[[ Information, beginning ]]
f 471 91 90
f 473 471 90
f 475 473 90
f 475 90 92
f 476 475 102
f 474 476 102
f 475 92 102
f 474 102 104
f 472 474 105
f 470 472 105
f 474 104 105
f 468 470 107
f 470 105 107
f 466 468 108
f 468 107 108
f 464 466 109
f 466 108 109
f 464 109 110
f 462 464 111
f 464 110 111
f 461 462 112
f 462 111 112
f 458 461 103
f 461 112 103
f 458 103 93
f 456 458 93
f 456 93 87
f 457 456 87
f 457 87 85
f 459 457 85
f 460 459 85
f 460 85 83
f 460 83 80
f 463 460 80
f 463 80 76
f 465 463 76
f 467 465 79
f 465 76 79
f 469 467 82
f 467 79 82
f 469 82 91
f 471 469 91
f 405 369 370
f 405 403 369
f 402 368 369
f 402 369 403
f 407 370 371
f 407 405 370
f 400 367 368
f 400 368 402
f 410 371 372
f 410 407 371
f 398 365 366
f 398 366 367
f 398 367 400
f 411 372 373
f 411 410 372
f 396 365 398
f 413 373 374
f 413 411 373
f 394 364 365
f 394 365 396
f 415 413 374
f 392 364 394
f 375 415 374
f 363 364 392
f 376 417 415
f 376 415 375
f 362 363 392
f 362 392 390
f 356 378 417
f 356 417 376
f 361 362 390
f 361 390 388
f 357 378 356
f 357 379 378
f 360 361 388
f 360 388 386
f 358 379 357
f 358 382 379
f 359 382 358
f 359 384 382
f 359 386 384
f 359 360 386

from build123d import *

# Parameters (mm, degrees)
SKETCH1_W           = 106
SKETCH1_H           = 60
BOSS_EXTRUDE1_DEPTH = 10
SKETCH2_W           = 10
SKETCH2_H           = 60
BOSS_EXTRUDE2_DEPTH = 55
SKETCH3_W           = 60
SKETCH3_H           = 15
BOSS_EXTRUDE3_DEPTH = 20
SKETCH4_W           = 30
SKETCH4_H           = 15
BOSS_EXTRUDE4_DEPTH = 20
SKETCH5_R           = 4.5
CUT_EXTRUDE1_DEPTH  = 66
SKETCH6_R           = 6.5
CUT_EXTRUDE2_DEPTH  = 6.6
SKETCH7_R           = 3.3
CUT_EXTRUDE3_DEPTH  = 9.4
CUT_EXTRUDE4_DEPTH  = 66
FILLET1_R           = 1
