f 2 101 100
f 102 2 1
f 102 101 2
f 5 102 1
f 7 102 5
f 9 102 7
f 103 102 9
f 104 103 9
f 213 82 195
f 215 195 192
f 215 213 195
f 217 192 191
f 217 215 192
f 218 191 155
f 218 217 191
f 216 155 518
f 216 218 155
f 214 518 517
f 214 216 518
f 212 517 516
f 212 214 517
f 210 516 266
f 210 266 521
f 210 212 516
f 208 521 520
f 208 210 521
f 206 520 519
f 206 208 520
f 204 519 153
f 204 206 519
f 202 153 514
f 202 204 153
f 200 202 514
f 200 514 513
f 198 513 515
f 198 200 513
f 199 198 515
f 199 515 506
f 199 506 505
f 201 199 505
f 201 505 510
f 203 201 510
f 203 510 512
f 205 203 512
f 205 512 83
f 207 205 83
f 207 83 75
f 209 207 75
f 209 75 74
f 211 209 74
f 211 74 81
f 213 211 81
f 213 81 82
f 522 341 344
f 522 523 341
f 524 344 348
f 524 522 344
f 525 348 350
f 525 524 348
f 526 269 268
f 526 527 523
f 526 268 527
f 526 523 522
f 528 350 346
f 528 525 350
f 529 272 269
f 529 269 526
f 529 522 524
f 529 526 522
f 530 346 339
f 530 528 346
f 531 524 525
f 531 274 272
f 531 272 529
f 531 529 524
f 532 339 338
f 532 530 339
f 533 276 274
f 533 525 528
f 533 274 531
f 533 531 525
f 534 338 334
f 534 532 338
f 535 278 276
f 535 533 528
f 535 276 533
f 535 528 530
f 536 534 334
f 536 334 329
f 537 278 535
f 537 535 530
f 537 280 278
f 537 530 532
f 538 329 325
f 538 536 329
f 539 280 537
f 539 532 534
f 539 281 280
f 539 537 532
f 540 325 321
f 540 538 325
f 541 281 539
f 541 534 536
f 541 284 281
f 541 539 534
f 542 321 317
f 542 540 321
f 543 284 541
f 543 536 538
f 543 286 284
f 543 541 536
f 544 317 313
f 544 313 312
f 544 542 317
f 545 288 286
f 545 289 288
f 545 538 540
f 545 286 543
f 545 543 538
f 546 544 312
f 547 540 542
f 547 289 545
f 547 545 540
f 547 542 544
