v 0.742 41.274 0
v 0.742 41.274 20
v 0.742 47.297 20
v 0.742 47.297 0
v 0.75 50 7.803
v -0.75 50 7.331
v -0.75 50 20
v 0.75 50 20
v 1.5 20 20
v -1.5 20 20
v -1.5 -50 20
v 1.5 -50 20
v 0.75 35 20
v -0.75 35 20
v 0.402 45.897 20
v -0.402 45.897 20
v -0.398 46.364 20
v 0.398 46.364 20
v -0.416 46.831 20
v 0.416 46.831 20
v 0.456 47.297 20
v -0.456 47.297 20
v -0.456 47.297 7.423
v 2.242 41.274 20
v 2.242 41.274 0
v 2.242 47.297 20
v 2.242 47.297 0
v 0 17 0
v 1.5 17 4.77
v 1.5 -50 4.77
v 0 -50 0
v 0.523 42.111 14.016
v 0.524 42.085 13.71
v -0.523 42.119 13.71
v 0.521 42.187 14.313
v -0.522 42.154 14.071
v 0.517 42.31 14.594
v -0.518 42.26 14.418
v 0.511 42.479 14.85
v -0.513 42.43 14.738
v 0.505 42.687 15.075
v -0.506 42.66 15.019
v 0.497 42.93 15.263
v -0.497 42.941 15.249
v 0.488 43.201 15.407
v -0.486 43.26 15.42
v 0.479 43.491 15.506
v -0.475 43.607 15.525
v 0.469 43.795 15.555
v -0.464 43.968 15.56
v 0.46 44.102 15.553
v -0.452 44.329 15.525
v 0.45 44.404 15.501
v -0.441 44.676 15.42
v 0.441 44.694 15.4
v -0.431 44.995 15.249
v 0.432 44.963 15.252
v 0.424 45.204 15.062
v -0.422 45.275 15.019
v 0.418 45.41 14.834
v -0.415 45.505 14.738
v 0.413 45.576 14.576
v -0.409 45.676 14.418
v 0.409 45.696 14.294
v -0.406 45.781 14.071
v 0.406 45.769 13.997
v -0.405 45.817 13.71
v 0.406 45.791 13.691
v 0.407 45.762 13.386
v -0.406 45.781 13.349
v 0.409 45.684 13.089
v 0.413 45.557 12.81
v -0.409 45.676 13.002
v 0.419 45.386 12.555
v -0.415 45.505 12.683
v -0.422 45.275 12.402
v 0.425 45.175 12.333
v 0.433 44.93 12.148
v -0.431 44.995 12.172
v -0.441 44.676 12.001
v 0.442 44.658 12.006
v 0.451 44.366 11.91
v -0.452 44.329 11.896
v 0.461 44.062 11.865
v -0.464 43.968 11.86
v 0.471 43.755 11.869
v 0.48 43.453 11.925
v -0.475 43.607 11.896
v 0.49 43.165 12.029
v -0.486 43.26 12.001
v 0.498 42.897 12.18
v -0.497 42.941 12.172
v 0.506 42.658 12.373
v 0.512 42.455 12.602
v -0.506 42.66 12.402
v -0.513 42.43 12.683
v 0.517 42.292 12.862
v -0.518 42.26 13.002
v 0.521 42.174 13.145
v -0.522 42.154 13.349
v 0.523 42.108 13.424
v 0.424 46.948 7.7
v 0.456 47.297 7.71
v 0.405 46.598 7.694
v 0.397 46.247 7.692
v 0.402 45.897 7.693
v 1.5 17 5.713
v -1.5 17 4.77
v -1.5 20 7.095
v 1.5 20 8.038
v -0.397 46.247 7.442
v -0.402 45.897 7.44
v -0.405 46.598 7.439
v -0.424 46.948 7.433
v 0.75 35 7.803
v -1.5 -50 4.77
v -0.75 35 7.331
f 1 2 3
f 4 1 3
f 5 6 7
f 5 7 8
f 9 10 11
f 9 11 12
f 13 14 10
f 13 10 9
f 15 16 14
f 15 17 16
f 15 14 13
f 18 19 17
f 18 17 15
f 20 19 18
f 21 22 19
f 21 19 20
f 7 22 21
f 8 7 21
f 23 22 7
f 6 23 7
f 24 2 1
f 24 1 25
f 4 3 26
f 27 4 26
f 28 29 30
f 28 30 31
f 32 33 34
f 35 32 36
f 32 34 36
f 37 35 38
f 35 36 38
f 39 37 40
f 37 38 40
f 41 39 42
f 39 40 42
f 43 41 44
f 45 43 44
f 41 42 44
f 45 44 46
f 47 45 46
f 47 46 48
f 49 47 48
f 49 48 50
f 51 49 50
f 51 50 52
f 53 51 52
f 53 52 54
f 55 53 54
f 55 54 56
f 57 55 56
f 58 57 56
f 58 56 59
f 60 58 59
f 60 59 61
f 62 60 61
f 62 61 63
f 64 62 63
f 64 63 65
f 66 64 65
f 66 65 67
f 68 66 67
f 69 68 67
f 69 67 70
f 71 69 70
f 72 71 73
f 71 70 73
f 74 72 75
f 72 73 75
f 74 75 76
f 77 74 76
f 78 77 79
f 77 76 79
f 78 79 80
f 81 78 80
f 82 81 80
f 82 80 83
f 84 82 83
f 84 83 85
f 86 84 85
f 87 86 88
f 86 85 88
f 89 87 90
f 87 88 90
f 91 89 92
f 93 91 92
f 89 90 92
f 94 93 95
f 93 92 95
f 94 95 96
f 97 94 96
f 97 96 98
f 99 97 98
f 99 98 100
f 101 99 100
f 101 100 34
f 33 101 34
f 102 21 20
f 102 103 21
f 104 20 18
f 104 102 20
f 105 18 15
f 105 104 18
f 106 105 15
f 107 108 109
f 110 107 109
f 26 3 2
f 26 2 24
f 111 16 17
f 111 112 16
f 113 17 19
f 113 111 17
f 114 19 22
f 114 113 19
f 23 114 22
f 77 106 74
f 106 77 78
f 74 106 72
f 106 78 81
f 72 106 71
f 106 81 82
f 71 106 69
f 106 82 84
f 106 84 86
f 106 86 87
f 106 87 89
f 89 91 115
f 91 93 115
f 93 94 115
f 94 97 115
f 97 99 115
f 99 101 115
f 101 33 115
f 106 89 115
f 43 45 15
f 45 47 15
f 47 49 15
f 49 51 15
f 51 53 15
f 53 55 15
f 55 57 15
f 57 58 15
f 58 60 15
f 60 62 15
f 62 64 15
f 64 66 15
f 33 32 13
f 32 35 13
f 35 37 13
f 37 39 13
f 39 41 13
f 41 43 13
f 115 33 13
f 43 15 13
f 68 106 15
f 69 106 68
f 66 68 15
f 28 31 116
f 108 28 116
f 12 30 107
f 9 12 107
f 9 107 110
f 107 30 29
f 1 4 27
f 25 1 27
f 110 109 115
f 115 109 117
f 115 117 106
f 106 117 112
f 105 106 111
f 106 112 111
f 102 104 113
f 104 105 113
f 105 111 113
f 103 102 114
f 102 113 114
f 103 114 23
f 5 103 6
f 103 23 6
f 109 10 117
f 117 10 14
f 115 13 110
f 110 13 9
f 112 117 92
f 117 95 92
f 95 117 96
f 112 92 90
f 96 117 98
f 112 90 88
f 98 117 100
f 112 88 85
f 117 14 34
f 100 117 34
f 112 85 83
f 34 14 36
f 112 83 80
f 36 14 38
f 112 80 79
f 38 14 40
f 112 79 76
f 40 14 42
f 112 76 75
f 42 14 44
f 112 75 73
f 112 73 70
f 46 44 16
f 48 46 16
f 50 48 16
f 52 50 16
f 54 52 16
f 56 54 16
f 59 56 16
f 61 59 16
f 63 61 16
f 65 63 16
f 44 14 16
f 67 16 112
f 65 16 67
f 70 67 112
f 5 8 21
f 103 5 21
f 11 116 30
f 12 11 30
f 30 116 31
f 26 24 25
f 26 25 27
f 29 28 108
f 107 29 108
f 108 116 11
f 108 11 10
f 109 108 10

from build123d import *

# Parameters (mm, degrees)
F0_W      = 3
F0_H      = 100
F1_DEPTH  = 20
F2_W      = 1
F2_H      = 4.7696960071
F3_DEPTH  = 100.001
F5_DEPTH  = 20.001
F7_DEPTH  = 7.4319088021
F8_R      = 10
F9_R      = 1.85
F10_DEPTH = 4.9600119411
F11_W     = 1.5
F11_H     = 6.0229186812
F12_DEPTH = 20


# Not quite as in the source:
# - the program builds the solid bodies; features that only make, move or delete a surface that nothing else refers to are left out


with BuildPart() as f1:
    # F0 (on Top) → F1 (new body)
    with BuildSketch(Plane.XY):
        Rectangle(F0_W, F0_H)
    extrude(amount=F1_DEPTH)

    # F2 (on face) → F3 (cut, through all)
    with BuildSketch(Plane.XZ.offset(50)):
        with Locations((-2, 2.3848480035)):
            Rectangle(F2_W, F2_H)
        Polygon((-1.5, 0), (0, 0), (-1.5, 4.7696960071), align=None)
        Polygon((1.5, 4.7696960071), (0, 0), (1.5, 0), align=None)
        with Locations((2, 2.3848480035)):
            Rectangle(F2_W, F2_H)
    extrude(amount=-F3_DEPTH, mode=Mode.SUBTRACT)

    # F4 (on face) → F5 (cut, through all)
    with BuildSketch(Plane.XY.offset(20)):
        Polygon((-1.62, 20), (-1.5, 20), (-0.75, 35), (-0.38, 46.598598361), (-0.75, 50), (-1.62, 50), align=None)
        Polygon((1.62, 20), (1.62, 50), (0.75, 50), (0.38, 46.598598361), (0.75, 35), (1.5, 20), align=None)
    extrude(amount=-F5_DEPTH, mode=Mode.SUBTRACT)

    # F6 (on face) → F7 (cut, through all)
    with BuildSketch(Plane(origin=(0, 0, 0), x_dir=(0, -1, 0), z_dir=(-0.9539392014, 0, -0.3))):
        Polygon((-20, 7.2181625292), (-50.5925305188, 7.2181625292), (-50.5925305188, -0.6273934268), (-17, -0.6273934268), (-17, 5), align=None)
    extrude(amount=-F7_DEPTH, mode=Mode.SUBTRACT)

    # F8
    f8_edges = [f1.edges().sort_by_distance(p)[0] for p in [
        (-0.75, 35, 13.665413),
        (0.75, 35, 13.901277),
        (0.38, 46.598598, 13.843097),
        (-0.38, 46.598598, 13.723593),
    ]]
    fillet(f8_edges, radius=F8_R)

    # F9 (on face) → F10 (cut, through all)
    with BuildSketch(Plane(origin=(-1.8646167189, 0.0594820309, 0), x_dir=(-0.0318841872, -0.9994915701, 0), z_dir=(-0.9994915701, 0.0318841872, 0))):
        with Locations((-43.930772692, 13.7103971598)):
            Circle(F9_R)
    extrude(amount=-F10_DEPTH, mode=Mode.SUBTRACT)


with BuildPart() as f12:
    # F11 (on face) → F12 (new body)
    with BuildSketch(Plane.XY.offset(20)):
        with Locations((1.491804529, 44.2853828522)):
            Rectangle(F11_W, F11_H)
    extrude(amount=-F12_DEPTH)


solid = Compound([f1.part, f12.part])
[[ Information, end ]]
Directions for this task:
Return, word for word, every line from the top of the entries down to the line that holds "f 461 112 103", both included.

Exercise answer:
f 471 91 90
f 473 471 90
f 475 473 90
f 475 90 92
f 476 475 102
f 474 476 102
f 475 92 102
f 474 102 104
f 472 474 105
f 470 472 105
f 474 104 105
f 468 470 107
f 470 105 107
f 466 468 108
f 468 107 108
f 464 466 109
f 466 108 109
f 464 109 110
f 462 464 111
f 464 110 111
f 461 462 112
f 462 111 112
f 458 461 103
f 461 112 103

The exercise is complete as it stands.